Stored items
+++

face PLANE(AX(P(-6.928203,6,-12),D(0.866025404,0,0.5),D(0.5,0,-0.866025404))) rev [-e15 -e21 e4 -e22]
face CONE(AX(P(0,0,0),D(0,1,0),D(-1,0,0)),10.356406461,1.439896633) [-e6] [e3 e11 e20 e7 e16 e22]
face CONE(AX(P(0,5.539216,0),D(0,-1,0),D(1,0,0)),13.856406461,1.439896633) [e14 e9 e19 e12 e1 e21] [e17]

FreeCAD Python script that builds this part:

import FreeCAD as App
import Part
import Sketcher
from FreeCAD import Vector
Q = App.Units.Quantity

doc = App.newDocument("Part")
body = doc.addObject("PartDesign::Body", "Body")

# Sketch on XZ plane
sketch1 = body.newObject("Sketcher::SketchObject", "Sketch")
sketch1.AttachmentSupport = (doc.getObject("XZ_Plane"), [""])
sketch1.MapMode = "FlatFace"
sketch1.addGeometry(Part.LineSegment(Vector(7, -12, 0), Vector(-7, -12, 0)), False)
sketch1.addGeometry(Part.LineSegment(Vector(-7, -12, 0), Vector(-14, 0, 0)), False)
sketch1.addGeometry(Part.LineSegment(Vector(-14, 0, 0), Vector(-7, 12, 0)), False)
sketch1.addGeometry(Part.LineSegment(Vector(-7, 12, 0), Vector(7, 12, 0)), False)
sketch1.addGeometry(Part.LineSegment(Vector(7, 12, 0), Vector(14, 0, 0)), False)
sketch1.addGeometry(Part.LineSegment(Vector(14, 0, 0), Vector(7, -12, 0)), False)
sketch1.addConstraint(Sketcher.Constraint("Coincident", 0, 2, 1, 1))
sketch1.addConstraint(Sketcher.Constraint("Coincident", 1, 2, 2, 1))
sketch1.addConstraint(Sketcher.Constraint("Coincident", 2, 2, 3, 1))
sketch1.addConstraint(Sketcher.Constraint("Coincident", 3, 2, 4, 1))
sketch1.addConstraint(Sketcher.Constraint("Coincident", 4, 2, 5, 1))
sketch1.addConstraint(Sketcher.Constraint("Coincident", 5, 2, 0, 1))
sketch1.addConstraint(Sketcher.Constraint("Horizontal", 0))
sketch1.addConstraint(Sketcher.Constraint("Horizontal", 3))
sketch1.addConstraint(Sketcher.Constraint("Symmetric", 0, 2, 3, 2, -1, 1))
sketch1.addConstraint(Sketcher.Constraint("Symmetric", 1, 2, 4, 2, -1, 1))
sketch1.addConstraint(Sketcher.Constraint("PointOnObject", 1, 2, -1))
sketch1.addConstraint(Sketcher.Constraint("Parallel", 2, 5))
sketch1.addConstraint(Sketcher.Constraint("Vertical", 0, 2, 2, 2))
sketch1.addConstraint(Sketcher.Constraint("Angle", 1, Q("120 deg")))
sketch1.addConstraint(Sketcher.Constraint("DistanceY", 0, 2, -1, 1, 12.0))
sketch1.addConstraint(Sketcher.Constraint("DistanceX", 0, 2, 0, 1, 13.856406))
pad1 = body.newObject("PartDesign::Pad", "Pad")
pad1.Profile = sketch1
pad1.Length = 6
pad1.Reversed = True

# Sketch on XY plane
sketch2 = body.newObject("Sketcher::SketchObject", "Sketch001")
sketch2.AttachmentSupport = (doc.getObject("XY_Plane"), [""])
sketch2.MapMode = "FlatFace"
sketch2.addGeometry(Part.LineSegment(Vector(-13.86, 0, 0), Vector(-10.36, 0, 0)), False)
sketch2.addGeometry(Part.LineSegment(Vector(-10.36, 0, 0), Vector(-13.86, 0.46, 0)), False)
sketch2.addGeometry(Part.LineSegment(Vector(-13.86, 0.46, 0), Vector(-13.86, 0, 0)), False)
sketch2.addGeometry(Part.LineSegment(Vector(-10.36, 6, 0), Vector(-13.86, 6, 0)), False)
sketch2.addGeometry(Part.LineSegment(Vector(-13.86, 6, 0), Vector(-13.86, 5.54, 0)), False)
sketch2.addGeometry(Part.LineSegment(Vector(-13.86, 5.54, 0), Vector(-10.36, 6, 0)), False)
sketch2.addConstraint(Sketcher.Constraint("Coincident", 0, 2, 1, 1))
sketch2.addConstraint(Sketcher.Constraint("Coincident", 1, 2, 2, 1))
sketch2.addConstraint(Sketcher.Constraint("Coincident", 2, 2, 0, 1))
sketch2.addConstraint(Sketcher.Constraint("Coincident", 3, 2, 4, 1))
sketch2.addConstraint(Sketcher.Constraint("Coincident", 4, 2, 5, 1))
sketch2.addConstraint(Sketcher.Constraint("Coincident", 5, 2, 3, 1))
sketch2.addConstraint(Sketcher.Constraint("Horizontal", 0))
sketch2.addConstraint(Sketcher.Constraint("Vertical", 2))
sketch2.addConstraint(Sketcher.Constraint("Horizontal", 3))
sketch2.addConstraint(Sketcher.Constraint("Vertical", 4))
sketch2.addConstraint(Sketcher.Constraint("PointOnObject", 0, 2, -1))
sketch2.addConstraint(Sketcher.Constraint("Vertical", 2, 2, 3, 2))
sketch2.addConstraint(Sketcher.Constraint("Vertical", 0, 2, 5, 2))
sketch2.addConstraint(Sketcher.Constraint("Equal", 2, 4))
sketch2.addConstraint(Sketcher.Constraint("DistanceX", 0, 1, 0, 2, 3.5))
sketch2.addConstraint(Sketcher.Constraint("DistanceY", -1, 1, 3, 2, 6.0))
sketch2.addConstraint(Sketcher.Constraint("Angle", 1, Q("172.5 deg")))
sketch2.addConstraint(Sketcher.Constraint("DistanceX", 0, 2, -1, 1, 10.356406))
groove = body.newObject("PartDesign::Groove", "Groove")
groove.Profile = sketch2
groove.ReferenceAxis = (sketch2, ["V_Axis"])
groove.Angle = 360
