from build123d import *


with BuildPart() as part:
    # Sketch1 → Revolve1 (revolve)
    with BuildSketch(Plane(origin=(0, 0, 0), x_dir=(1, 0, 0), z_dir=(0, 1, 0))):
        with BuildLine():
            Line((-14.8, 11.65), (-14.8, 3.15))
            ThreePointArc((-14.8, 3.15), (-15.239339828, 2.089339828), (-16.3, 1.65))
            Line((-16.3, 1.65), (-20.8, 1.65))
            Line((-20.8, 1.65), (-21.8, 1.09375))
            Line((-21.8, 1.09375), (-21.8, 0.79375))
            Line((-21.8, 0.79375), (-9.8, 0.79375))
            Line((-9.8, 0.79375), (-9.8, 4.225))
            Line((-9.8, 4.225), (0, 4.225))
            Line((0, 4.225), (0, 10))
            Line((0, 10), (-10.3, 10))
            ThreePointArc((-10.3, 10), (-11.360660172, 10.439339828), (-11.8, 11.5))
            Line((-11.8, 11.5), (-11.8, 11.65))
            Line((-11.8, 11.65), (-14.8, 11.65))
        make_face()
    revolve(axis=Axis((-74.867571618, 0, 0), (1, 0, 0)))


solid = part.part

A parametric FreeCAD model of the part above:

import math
import FreeCAD as App
import Part
import Sketcher
Q = App.Units.Quantity

doc = App.newDocument("Part")
body = doc.addObject("PartDesign::Body", "Body")

sketch1 = doc.addObject("Sketcher::SketchObject", "Sketch")
body.addObject(sketch1)
sketch1.AttachmentSupport = (doc.XZ_Plane, [""])
sketch1.MapMode = "FlatFace"
sketch1.addGeometry([
    Part.LineSegment(App.Vector(-14.8, -11.65, 0), App.Vector(-14.8, -3.15, 0)),
    Part.ArcOfCircle(Part.Circle(App.Vector(-16.3, -3.15, 0), App.Vector(0, 0, 1), 1.5), math.radians(0), math.radians(90)),
    Part.LineSegment(App.Vector(-16.3, -1.65, 0), App.Vector(-20.8, -1.65, 0)),
    Part.LineSegment(App.Vector(-20.8, -1.65, 0), App.Vector(-21.8, -1.09, 0)),
    Part.LineSegment(App.Vector(-21.8, -1.09, 0), App.Vector(-21.8, -0.79, 0)),
    Part.LineSegment(App.Vector(-21.8, -0.79, 0), App.Vector(-9.8, -0.79, 0)),
    Part.LineSegment(App.Vector(-9.8, -0.79, 0), App.Vector(-9.8, -4.22, 0)),
    Part.LineSegment(App.Vector(-9.8, -4.22, 0), App.Vector(0, -4.22, 0)),
    Part.LineSegment(App.Vector(0, -4.22, 0), App.Vector(0, -10, 0)),
    Part.LineSegment(App.Vector(0, -10, 0), App.Vector(-10.3, -10, 0)),
    Part.ArcOfCircle(Part.Circle(App.Vector(-10.3, -11.5, 0), App.Vector(0, 0, 1), 1.5), math.radians(90), math.radians(180)),
    Part.LineSegment(App.Vector(-11.8, -11.5, 0), App.Vector(-11.8, -11.65, 0)),
    Part.LineSegment(App.Vector(-11.8, -11.65, 0), App.Vector(-14.8, -11.65, 0)),
], False)
sketch1.addConstraint([
    Sketcher.Constraint("Tangent", 0, 2, 1, 1),
    Sketcher.Constraint("Tangent", 1, 2, 2, 1),
    Sketcher.Constraint("Coincident", 2, 2, 3, 1),
    Sketcher.Constraint("Coincident", 3, 2, 4, 1),
    Sketcher.Constraint("Coincident", 4, 2, 5, 1),
    Sketcher.Constraint("Coincident", 5, 2, 6, 1),
    Sketcher.Constraint("Coincident", 6, 2, 7, 1),
    Sketcher.Constraint("Coincident", 7, 2, 8, 1),
    Sketcher.Constraint("Coincident", 8, 2, 9, 1),
    Sketcher.Constraint("Tangent", 9, 2, 10, 1),
    Sketcher.Constraint("Tangent", 10, 2, 11, 1),
    Sketcher.Constraint("Coincident", 11, 2, 12, 1),
    Sketcher.Constraint("Coincident", 12, 2, 0, 1),
    Sketcher.Constraint("Vertical", 0),
    Sketcher.Constraint("Horizontal", 2),
    Sketcher.Constraint("Vertical", 4),
    Sketcher.Constraint("Horizontal", 5),
    Sketcher.Constraint("Vertical", 6),
    Sketcher.Constraint("Horizontal", 7),
    Sketcher.Constraint("Vertical", 8),
    Sketcher.Constraint("Horizontal", 9),
    Sketcher.Constraint("Vertical", 11),
    Sketcher.Constraint("Horizontal", 12),
    Sketcher.Constraint("Equal", 1, 10),
    Sketcher.Constraint("PointOnObject", 7, 2, -2),
    Sketcher.Constraint("Radius", 1, Q("1.5 mm")),
    Sketcher.Constraint("DistanceX", 5, 1, 5, 2, Q("12 mm")),
    Sketcher.Constraint("DistanceX", 12, 2, 12, 1, Q("3 mm")),
    Sketcher.Constraint("DistanceX", 2, 2, 2, 1, Q("4.5 mm")),
    Sketcher.Constraint("DistanceX", 7, 1, 7, 2, Q("9.8 mm")),
    Sketcher.Constraint("DistanceX", 9, 2, 9, 1, Q("10.3 mm")),
    Sketcher.Constraint("DistanceY", 0, 1, 0, 2, Q("8.5 mm")),
    Sketcher.Constraint("DistanceY", 4, 1, 4, 2, Q("0.3 mm")),
    Sketcher.Constraint("DistanceY", 8, 2, -1, 1, Q("10 mm")),
    Sketcher.Constraint("DistanceY", 11, 2, 11, 1, Q("0.15 mm")),
    Sketcher.Constraint("DistanceY", 8, 2, 8, 1, Q("5.775 mm")),
    Sketcher.Constraint("DistanceY", 6, 2, 6, 1, Q("3.43125 mm")),
])
revolution = doc.addObject("PartDesign::Revolution", "Revolution")
body.addObject(revolution)
revolution.Profile = sketch1
revolution.ReferenceAxis = (sketch1, ["H_Axis"])
revolution.Angle = 360

doc.recompute()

+++

Which lines in the data above hold the string "Symmetric"? Return each of them.

sketch1.addConstraint(Sketcher.Constraint("Symmetric", 0, 2, 3, 2, -1, 1))
sketch1.addConstraint(Sketcher.Constraint("Symmetric", 1, 2, 4, 2, -1, 1))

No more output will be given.